Por si te interesa aca podes bajar la especificación de SMS (entre otras cosas): 
www.3gpp.org/ftp/Specs/archive/03_series/03.40/0340-750.zip 


http://www.3gpp.org/ftp/

Conclucion : Los sms son seguros?

Saludos


----------



## agumenara (Feb 28, 2009)

Es la segunda publicación tuya que leo, la primera fue de HDTV, y son muy buenos aportes. No estoy a la altura de calificar a nadie, pero estos son datos interesantes, por lo menos para mi. 
Seguí así nomás.. saludos


----------



## electrodan (Abr 22, 2009)

capitanp dijo:
			
		

> Conclucion : Los sms son seguros?


En eso fue lo mismo que pensé cuando leí que van por el "canal de control"... Hasta ahora que yo sepa no se encontró ninguna vulnerabilidad en los sms.
Pero el GSM tampoco es muy seguro, puesto que no codifica nada, solo son canales conmutados (en tiempo y frecuencia).


----------



## ambarino (Ene 5, 2010)

Pues esta noticia dice lo contrario!!!!

*Alemán revela código secreto para llamadas de teléfonos*

 Un experto de seguridad alemán desató la ira de las compañías de teléfonos celulares después que él y un grupo de investigadores difundieron por internet las instrucciones para descifrar el código secreto que protege las llamadas de los teléfonos.

Karsten Nohl, de 28 años, dijo esta semana a The Associated Press que él y otras personas crearon el manual que muestra cómo retirar la codificación GSM para hacer que las conversaciones de más de 3.000 millones de teléfonos celulares estén libres de entrometidos.

Nohl dijo que su propósito era obligar a la compañías a mejorar su seguridad. La guía de su grupo fue publicada en línea a través de sitios de intercambio de archivos.

``El mensaje es tener una seguridad mejor, no que los queramos sabotear'', dijo sobre la campaña. ``La meta es tener una seguridad mejor, si exigimos una mayor seguridad, si cualquiera de los operadores pudiera usar esto como un atractivo de mercadeo... ese sería el mejor resultado'', agregó.

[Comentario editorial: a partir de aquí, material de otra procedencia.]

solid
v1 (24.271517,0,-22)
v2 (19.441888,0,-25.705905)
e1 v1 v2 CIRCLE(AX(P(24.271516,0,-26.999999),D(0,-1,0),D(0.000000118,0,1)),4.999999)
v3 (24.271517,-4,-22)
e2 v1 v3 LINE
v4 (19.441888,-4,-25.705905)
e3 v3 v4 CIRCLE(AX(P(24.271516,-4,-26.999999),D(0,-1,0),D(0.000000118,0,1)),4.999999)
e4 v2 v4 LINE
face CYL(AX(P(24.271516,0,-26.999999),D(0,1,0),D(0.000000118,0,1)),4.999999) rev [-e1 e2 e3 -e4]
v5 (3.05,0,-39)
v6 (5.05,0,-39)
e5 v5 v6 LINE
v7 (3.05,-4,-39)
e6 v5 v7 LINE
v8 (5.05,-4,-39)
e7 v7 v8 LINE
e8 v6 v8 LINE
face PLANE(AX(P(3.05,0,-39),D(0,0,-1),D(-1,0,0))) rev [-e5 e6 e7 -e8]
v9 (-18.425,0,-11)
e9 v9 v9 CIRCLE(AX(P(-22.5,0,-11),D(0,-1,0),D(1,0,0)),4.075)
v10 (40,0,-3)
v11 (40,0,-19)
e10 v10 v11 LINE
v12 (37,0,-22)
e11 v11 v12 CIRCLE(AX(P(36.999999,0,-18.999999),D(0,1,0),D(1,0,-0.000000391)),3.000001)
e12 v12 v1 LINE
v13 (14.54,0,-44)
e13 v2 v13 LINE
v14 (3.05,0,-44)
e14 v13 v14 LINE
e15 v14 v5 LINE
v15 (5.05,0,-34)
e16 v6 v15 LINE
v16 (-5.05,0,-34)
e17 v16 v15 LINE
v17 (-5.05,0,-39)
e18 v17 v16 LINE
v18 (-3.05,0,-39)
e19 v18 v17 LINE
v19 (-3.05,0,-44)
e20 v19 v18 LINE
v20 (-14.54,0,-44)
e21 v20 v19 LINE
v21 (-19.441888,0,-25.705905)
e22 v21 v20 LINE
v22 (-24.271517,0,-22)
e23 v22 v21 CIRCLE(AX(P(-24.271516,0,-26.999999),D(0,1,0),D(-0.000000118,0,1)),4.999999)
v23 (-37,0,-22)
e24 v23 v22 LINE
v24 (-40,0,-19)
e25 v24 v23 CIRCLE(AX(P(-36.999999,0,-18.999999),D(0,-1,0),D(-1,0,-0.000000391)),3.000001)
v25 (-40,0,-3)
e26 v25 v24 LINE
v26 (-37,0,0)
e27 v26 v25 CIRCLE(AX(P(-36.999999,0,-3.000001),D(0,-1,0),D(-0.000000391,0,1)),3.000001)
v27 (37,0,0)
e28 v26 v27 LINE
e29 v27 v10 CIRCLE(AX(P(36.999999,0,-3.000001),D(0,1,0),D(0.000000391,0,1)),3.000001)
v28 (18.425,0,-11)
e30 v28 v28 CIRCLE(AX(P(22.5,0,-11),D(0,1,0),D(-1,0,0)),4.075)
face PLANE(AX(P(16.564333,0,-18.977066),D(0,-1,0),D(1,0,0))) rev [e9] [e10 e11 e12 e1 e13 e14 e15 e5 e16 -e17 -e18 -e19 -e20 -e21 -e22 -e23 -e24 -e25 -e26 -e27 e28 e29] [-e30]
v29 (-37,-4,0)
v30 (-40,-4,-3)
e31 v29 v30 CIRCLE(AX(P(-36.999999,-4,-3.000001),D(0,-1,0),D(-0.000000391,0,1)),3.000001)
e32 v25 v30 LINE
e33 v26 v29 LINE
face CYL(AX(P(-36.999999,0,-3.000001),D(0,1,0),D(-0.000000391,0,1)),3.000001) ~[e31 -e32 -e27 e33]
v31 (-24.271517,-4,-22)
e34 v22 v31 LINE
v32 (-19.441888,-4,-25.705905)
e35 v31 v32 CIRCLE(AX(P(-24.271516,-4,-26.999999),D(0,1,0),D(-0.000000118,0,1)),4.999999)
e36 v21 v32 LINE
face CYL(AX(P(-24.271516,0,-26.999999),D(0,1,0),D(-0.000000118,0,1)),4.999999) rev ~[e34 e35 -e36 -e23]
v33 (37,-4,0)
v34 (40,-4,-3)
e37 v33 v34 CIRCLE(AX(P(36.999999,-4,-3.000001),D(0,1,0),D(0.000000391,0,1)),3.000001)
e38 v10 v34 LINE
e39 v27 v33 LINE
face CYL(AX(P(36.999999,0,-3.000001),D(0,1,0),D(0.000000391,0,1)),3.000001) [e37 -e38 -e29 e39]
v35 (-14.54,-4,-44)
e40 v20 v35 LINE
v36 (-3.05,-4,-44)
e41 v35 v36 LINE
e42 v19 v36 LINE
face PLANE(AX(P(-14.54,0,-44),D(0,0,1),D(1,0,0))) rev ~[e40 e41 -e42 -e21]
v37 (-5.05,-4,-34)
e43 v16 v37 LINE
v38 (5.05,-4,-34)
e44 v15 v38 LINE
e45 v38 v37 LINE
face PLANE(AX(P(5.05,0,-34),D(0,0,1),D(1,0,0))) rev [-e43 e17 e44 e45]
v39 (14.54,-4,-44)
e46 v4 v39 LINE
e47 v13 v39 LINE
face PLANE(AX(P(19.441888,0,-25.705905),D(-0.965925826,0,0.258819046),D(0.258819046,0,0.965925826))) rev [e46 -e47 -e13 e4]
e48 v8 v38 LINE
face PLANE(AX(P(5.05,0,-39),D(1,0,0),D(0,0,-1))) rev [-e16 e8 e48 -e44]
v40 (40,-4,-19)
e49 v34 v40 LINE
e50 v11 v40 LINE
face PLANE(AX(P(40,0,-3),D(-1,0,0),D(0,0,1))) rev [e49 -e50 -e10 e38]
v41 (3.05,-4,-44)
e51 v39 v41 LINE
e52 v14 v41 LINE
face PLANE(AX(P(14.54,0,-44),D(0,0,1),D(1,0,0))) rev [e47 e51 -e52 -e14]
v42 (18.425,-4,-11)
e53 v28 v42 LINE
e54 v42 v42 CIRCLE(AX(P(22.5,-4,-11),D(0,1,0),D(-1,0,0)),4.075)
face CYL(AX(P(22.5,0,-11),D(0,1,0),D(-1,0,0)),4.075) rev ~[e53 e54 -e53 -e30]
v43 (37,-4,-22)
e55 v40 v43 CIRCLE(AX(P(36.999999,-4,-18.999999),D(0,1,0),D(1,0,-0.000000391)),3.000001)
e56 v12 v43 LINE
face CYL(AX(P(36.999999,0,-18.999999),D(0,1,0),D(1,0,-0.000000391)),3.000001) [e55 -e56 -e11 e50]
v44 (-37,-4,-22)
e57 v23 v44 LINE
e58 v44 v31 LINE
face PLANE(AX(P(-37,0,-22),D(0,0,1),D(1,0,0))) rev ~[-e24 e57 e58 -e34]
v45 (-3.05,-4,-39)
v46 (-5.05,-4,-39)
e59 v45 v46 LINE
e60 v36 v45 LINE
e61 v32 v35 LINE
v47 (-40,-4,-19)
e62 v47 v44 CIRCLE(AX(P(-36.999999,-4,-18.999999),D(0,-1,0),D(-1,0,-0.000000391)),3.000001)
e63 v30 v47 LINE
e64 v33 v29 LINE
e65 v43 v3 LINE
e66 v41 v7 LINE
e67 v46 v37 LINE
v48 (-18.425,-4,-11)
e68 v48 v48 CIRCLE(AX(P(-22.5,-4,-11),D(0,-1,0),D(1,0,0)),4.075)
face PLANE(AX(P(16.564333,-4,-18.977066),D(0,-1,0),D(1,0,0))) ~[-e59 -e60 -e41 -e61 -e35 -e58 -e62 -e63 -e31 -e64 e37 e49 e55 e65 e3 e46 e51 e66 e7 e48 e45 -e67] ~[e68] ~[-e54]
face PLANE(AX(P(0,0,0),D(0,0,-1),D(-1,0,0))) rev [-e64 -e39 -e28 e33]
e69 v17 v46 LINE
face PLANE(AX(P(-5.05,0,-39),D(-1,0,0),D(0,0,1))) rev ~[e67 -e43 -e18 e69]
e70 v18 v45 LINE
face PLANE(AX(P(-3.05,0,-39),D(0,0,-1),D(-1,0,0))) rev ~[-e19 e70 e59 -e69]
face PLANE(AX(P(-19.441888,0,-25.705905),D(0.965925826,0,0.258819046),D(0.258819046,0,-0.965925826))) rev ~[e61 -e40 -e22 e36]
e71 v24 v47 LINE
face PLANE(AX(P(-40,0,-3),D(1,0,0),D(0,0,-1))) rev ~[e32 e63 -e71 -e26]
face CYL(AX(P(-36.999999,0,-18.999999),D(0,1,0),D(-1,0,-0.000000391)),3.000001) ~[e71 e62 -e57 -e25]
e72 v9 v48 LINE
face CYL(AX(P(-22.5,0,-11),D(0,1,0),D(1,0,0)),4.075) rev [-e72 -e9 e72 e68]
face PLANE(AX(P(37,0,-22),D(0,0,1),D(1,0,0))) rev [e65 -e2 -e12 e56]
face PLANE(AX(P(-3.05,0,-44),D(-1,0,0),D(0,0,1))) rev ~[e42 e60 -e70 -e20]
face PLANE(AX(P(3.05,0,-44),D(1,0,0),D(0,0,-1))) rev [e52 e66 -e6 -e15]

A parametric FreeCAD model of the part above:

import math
import FreeCAD as App
import Part
import Sketcher
from FreeCAD import Vector
Q = App.Units.Quantity

doc = App.newDocument("Part")
body = doc.addObject("PartDesign::Body", "Body")

sketch1 = body.newObject("Sketcher::SketchObject", "Sketch")
sketch1.AttachmentSupport = (doc.getObject("XZ_Plane"), [""])
sketch1.MapMode = "FlatFace"
sketch1.addGeometry(Part.LineSegment(Vector(0, -34, 0), Vector(0, 0, 0)), False)
sketch1.addGeometry(Part.LineSegment(Vector(0, 0, 0), Vector(-37, 0, 0)), False)
sketch1.addGeometry(Part.ArcOfCircle(Part.Circle(Vector(-36.999999, -3.000001, 0), Vector(0, 0, 1), 3.000001), math.radians(90.000022), math.radians(179.999978)), False)
sketch1.addGeometry(Part.LineSegment(Vector(-40, -3, 0), Vector(-40, -19, 0)), False)
sketch1.addGeometry(Part.ArcOfCircle(Part.Circle(Vector(-36.999999, -18.999999, 0), Vector(0, 0, 1), 3.000001), math.radians(-179.999978), math.radians(-90.000022)), False)
sketch1.addGeometry(Part.LineSegment(Vector(-37, -22, 0), Vector(-24.271517, -22, 0)), False)
sketch1.addGeometry(Part.ArcOfCircle(Part.Circle(Vector(-24.271516, -26.999999, 0), Vector(0, 0, 1), 4.999999), math.radians(14.999988), math.radians(90.000007)), False)
sketch1.addGeometry(Part.LineSegment(Vector(-19.441888, -25.705905, 0), Vector(-14.54, -44, 0)), False)
sketch1.addGeometry(Part.LineSegment(Vector(-14.54, -44, 0), Vector(-3.05, -44, 0)), False)
sketch1.addGeometry(Part.LineSegment(Vector(-3.05, -44, 0), Vector(-3.05, -39, 0)), False)
sketch1.addGeometry(Part.LineSegment(Vector(-3.05, -39, 0), Vector(-5.05, -39, 0)), False)
sketch1.addGeometry(Part.LineSegment(Vector(-5.05, -39, 0), Vector(-5.05, -34, 0)), False)
sketch1.addGeometry(Part.LineSegment(Vector(-5.05, -34, 0), Vector(0, -34, 0)), False)
sketch1.addGeometry(Part.Circle(Vector(-22.5, -11, 0), Vector(0, 0, 1), 4.075), False)
sketch1.addConstraint(Sketcher.Constraint("Coincident", 0, 2, 1, 1))
sketch1.addConstraint(Sketcher.Constraint("Tangent", 1, 2, 2, 1))
sketch1.addConstraint(Sketcher.Constraint("Tangent", 2, 2, 3, 1))
sketch1.addConstraint(Sketcher.Constraint("Tangent", 3, 2, 4, 1))
sketch1.addConstraint(Sketcher.Constraint("Tangent", 4, 2, 5, 1))
sketch1.addConstraint(Sketcher.Constraint("Tangent", 5, 2, 6, 2))
sketch1.addConstraint(Sketcher.Constraint("Tangent", 6, 1, 7, 1))
sketch1.addConstraint(Sketcher.Constraint("Coincident", 7, 2, 8, 1))
sketch1.addConstraint(Sketcher.Constraint("Coincident", 8, 2, 9, 1))
sketch1.addConstraint(Sketcher.Constraint("Coincident", 9, 2, 10, 1))
sketch1.addConstraint(Sketcher.Constraint("Coincident", 10, 2, 11, 1))
sketch1.addConstraint(Sketcher.Constraint("Coincident", 11, 2, 12, 1))
sketch1.addConstraint(Sketcher.Constraint("Coincident", 12, 2, 0, 1))
sketch1.addConstraint(Sketcher.Constraint("Vertical", 0))
sketch1.addConstraint(Sketcher.Constraint("Horizontal", 1))
sketch1.addConstraint(Sketcher.Constraint("Vertical", 3))
sketch1.addConstraint(Sketcher.Constraint("Horizontal", 5))
sketch1.addConstraint(Sketcher.Constraint("Horizontal", 8))
sketch1.addConstraint(Sketcher.Constraint("Vertical", 9))
sketch1.addConstraint(Sketcher.Constraint("Horizontal", 10))
sketch1.addConstraint(Sketcher.Constraint("Vertical", 11))
sketch1.addConstraint(Sketcher.Constraint("Horizontal", 12))
sketch1.addConstraint(Sketcher.Constraint("Coincident", 0, 2, -1, 1))
sketch1.addConstraint(Sketcher.Constraint("Equal", 2, 4))
sketch1.addConstraint(Sketcher.Constraint("Equal", 9, 11))
sketch1.addConstraint(Sketcher.Constraint("Radius", 2, Q("3.000001 mm")))
sketch1.addConstraint(Sketcher.Constraint("Radius", 6, Q("4.999999 mm")))
sketch1.addConstraint(Sketcher.Constraint("Diameter", 13, Q("8.15 mm")))
sketch1.addConstraint(Sketcher.Constraint("DistanceX", 1, 2, 1, 1, Q("37 mm")))
sketch1.addConstraint(Sketcher.Constraint("DistanceX", 10, 2, 10, 1, Q("2 mm")))
sketch1.addConstraint(Sketcher.Constraint("DistanceY", 0, 1, 0, 2, Q("34 mm")))
sketch1.addConstraint(Sketcher.Constraint("DistanceY", 3, 2, 3, 1, Q("16 mm")))
sketch1.addConstraint(Sketcher.Constraint("DistanceY", 9, 1, 9, 2, Q("5 mm")))
sketch1.addConstraint(Sketcher.Constraint("Angle", 7, Q("-75 deg")))
sketch1.addConstraint(Sketcher.Constraint("DistanceY", 13, 3, -1, 1, Q("11 mm")))
sketch1.addConstraint(Sketcher.Constraint("DistanceX", 8, 1, 8, 2, Q("11.49 mm")))
sketch1.addConstraint(Sketcher.Constraint("DistanceX", 12, 1, 12, 2, Q("5.05 mm")))
sketch1.addConstraint(Sketcher.Constraint("DistanceX", 13, 3, -1, 1, Q("22.5 mm")))
pad1 = body.newObject("PartDesign::Pad", "Pad")
pad1.Profile = sketch1
pad1.Length = 4
body2 = doc.addObject("PartDesign::Body", "Body001")
doc.recompute()

body2.BaseFeature = body
doc.recompute()

mirroring = doc.addObject("Part::Mirroring", "Mirroring")
mirroring.Source = body
mirroring.Base = Vector(0, -2, -17)
mirroring.Normal = Vector(1, 0, 0)
body3 = doc.addObject("PartDesign::Body", "Body002")
body3.BaseFeature = mirroring
boolean = body2.newObject("PartDesign::Boolean", "Boolean")
boolean.Type = "Fuse"
boolean.addObjects([body3])
doc.recompute()
mirroring.Visibility = False

doc.recompute()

La Asociación de GSM, un grupo sectorial que representa a casi 800 operadores de redes inalámbricas, dijo estar perpleja ante la forma de pensar de Nohl.

``Este tipo de acciones son muy ilegales en Gran Bretaña y serían una gran infracción a la RIPA (la Ley de Regulación de Poderes de Investigación, por sus siglas en inglés), como probablemente lo es en la mayoría de los países'', dijo Claire Cranton, vocera del grupo con sede en Londres.

La RIPA es una ley británica que dicta a las agencias de seguridad e inteligencia la manera de interceptar correos electrónicos e historial de internet de presuntos delictivos.

Anteriormente ya se han podido interceptar llamadas de GSM, pero el equipo suele estar disponible sólo para las autoridades. También es posible espiar llamadas de celular con métodos convencionales, pues las llamadas no están protegidas en las líneas estándar una vez que son captadas en torres celulares.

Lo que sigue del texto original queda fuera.